# Dish 500 Pro+ LNB and wing Dish



## concord704 (Feb 19, 2006)

I plan to add my old dish300 dual lnb again for 61.5 to a dish500pro+ LNB input. 

Since the 722 has two sat inputs (single coax via a seperator), can I connect only one coax from the 61.5 to the pro+ LNB and still see the 61.5 on both receiver sat inputs?

Or I can I use my sw21 switch to combine outputs of the 61.5 lnb, for one cable to dish pro+ lnb?

Or is there some other type of combiner needed? 

Or just get another dishpro+ lnb for the 61.5?

Thx.


----------



## Miner (Oct 29, 2004)

concord704,

Depends on what type of switch you have right now, but you'll almost certainly need a dishpro LNB (single of dual, not twin) LNB for the 61.5 dish. Its not clear in your posting, do you mean you have a Dish 500 with Dish Pro + LNB? If so, it has an input to connect from another dish (such as 61.5) with a Dish Pro LNB. There is also a Dish 500+ (and Dish 1000+) that picks up signal from 3 (4) satellites (110, 118.5ish and 119 (129)) and is exclusively Dish Pro equip.
An SW21 switch is legacy and it doesn't work with Dish Pro (or Dish Pro+) equipment. 

It sounds like all you need is a DishPro Single (or Dual) LNB with 1 wire running from it to the input of the DishPro+ Twin, run a check switch and you'll be in business (after aiming for 61.5).

Miner


----------



## concord704 (Feb 19, 2006)

Miner,

Thanks. I had the dish 500 legacy dual LNB pointing at 110/119, with a dish 300 legacy dual LNB for 61.5; using one output from each to a sw21 for HD+Voom with 6000 receiver. I dropped Voom due to poor content and torn down the 300.

I now have one 722 and one dish pro+ LNB, didn't know they made a dishpro single...

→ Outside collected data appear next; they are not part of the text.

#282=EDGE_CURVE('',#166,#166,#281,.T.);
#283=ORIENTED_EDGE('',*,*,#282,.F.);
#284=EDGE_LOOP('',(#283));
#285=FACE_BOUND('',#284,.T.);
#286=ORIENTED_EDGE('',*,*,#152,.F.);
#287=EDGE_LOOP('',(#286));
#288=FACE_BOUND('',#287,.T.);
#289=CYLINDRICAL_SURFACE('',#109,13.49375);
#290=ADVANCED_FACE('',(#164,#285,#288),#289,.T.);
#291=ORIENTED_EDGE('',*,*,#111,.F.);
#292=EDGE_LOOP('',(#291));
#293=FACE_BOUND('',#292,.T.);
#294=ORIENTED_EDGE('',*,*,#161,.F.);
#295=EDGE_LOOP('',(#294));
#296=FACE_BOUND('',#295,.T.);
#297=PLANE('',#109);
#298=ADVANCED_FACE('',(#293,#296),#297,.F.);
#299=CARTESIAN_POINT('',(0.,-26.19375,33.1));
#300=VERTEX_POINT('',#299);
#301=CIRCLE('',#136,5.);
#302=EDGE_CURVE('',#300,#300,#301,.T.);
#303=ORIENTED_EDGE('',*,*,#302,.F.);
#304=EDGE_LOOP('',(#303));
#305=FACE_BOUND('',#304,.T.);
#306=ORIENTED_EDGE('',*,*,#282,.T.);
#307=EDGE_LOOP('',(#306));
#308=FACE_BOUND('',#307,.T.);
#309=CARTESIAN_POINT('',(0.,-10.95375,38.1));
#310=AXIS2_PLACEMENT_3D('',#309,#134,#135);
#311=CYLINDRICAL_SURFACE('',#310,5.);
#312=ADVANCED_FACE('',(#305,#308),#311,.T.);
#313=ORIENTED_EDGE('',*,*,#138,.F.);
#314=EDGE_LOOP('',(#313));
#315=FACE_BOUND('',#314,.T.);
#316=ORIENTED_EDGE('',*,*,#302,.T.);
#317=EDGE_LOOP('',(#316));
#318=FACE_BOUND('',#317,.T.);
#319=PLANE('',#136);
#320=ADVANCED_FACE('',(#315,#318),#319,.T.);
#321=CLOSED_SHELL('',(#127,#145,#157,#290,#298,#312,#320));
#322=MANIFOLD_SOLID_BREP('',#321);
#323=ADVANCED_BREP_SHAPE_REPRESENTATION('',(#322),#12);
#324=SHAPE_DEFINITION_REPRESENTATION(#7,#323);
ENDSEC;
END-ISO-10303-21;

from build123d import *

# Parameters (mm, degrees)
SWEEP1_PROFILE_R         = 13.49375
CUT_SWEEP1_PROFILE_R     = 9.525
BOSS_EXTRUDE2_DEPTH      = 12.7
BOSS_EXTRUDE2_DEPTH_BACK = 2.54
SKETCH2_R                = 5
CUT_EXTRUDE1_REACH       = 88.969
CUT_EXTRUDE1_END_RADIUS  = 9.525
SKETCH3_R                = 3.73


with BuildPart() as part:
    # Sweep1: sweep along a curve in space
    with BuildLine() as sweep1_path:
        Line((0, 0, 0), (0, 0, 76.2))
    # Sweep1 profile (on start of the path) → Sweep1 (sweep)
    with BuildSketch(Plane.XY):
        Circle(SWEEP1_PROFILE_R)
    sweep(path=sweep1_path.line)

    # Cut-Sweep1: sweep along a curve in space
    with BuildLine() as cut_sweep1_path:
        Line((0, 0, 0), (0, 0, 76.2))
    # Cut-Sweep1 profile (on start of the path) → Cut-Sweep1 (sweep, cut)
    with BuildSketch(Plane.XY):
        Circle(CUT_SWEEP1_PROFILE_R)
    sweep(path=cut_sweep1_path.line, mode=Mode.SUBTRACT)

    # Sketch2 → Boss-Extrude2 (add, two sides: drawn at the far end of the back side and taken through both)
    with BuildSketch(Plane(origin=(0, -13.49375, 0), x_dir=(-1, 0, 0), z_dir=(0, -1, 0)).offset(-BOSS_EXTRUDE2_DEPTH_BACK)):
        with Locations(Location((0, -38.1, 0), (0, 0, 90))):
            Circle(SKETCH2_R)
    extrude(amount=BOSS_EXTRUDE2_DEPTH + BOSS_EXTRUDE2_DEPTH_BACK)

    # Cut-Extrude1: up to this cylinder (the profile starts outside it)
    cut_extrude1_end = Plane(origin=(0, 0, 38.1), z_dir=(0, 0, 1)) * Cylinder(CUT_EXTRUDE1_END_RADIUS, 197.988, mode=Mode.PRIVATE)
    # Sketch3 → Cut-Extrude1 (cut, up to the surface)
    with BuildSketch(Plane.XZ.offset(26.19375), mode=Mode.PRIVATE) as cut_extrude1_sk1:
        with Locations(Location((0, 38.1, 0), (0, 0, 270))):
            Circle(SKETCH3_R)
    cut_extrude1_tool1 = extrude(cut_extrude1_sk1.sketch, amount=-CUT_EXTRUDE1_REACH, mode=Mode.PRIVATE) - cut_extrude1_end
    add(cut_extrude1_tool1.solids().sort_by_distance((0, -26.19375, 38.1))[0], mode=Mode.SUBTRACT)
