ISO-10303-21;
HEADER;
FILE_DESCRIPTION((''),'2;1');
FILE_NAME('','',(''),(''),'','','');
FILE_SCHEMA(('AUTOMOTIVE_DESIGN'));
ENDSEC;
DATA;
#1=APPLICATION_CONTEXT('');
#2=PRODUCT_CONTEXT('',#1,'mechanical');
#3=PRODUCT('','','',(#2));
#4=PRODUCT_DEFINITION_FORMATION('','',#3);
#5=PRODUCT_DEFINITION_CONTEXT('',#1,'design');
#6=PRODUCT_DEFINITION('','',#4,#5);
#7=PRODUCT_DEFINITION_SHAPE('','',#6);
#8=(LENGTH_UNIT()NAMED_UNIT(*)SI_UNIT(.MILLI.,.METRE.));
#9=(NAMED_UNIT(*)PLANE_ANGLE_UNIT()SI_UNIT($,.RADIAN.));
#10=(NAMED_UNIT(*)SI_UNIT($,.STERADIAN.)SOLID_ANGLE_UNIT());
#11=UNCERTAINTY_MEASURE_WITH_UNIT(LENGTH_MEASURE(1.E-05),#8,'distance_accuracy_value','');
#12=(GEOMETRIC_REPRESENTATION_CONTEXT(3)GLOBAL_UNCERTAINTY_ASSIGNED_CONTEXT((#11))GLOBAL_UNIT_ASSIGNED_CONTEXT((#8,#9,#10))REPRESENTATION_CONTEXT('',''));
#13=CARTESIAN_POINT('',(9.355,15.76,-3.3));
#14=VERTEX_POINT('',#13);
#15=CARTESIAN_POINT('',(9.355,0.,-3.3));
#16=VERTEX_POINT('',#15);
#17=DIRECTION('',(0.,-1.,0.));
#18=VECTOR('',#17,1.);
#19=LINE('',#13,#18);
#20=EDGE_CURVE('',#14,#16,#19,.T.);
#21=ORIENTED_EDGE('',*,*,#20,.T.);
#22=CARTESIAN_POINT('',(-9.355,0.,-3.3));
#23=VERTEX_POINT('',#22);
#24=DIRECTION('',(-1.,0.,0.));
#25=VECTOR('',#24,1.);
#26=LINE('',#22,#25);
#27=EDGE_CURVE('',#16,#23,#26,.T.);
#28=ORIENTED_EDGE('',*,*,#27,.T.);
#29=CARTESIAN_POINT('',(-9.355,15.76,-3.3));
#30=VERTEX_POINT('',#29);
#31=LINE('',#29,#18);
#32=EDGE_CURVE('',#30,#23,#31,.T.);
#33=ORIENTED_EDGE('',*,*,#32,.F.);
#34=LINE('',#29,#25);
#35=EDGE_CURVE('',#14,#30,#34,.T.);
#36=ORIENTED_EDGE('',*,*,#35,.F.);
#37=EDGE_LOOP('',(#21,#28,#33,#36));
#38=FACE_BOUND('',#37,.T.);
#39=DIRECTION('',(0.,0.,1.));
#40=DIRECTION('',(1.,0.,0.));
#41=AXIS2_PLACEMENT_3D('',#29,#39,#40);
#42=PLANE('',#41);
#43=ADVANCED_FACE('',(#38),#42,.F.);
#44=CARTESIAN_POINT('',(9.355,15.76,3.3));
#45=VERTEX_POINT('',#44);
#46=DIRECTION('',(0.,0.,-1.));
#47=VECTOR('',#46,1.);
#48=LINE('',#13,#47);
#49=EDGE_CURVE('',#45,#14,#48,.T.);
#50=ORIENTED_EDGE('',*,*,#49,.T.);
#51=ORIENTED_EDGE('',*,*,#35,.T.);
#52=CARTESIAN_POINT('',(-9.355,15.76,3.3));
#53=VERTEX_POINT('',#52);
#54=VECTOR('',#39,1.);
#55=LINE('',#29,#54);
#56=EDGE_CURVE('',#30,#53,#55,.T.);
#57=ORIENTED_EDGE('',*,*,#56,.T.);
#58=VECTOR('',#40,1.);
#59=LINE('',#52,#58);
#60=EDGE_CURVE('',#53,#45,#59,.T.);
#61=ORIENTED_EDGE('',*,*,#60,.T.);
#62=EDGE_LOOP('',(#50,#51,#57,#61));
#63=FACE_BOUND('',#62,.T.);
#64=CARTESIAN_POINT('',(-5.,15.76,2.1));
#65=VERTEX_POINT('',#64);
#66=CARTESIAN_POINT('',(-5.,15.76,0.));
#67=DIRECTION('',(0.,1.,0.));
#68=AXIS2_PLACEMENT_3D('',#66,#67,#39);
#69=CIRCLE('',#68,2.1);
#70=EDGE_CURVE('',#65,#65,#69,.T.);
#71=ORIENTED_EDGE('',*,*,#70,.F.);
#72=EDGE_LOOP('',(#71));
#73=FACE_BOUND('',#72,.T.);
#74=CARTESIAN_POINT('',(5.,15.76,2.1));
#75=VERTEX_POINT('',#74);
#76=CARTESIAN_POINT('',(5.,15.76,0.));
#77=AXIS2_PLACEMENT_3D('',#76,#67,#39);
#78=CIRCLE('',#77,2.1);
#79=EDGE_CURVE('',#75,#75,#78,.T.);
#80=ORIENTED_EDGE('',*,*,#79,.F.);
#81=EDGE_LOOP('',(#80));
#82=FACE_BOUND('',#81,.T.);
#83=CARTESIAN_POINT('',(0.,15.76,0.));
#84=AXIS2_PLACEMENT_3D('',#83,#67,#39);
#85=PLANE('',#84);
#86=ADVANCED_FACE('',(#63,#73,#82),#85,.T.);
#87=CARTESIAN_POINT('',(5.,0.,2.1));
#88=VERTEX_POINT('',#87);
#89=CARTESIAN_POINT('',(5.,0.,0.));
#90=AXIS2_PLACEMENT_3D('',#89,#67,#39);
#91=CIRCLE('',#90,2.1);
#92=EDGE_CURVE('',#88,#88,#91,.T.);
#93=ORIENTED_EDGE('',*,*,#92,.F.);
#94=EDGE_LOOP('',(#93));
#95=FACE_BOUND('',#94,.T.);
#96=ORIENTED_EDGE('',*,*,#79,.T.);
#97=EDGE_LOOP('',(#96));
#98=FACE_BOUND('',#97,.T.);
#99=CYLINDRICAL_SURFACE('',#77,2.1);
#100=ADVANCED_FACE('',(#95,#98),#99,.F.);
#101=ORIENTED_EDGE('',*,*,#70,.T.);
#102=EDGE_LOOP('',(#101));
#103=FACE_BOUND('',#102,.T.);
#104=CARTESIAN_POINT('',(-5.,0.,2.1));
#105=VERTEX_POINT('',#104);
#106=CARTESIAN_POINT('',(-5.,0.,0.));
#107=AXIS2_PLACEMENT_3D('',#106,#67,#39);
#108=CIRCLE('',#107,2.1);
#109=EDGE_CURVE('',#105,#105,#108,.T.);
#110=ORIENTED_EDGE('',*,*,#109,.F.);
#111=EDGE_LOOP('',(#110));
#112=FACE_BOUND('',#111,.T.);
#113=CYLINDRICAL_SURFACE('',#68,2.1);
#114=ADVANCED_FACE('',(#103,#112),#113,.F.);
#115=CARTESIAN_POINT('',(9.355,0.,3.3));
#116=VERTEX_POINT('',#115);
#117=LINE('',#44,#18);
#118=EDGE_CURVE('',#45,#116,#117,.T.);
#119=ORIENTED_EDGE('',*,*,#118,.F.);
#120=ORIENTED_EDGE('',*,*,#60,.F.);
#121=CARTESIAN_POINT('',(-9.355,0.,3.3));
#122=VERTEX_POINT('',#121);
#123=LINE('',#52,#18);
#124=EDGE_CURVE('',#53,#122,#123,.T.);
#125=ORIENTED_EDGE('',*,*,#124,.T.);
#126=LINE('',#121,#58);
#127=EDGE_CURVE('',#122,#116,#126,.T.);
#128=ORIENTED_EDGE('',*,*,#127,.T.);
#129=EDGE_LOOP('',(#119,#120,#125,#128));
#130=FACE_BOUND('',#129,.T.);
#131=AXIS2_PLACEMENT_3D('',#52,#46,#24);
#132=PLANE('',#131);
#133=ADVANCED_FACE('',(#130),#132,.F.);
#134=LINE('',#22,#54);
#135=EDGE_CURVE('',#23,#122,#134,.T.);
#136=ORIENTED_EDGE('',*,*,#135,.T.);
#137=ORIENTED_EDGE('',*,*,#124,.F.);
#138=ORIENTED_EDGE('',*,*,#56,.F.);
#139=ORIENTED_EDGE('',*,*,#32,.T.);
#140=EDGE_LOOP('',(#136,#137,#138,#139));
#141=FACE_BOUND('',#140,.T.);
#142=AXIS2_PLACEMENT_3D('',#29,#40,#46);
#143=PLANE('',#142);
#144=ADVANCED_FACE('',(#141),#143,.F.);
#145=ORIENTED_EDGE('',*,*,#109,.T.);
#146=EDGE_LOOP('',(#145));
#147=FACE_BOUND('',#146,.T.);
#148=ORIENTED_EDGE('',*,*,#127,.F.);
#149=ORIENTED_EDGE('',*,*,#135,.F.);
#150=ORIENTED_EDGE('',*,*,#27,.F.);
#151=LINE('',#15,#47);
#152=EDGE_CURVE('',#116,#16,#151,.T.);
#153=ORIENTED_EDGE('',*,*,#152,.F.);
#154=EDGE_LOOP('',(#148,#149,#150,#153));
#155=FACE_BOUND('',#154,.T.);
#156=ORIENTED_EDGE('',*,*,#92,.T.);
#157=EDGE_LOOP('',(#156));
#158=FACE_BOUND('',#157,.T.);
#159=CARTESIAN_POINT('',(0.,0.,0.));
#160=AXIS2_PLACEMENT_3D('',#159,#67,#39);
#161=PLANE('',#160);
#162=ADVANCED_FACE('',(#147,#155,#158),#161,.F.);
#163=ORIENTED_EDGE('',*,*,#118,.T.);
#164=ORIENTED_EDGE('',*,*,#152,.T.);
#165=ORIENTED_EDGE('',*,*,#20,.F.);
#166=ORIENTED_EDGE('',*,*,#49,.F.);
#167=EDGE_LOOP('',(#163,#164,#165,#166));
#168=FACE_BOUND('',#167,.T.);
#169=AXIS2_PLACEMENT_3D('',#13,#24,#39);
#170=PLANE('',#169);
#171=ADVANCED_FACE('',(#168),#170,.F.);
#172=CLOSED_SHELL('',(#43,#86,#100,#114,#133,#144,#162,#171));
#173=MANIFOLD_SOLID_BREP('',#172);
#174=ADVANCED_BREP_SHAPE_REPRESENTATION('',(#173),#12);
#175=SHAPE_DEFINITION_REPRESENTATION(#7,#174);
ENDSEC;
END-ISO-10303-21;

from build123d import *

# Parameters (mm, degrees)
SKETCH1_W             = 18.71
SKETCH1_H             = 6.6
BOSS_EXTRUDE1_DEPTH   = 15.76
M5X0_8_TAPPED_HOLE1_D = 4.2


with BuildPart() as part:
    # Sketch1 → Boss-Extrude1 (new body)
    with BuildSketch(Plane(origin=(0, 0, 0), x_dir=(1, 0, 0), z_dir=(0, 1, 0))):
        Rectangle(SKETCH1_W, SKETCH1_H)
    extrude(amount=BOSS_EXTRUDE1_DEPTH)

    # M5x0.8 Tapped Hole1 (through all)
    with Locations(Plane(origin=(0, 15.76, 0), x_dir=(1, 0, 0), z_dir=(0, 1, 0))):
        with Locations((5, 0), (-5, 0)):
            Hole(M5X0_8_TAPPED_HOLE1_D / 2)


solid = part.part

I know I could get a 1000.2, but with the eastern arc eventually going up, there's no sense in buying it right now....


----------



## Miner (Oct 29, 2004)

concord704,

If you get a DishPro single (1 eye) you're set. Put it into the 300 and into your twin (2 eyes). You can find one on e-bay or one of the supporting vendors on this site.
It sounds like if you wait for the eastern arc, dish will put up all the equip at little or no charge. If you have a 722 and are subscribing to HD channels, you currently need to have a dish aimed at 129 or 61.5 to get all the HD channels as it is.

Miner


----------



## concord704 (Feb 19, 2006)

Miner,

Thanks. Found a single dishpro lnb, will mount on dish300 and coax it to the dishpro+.


----------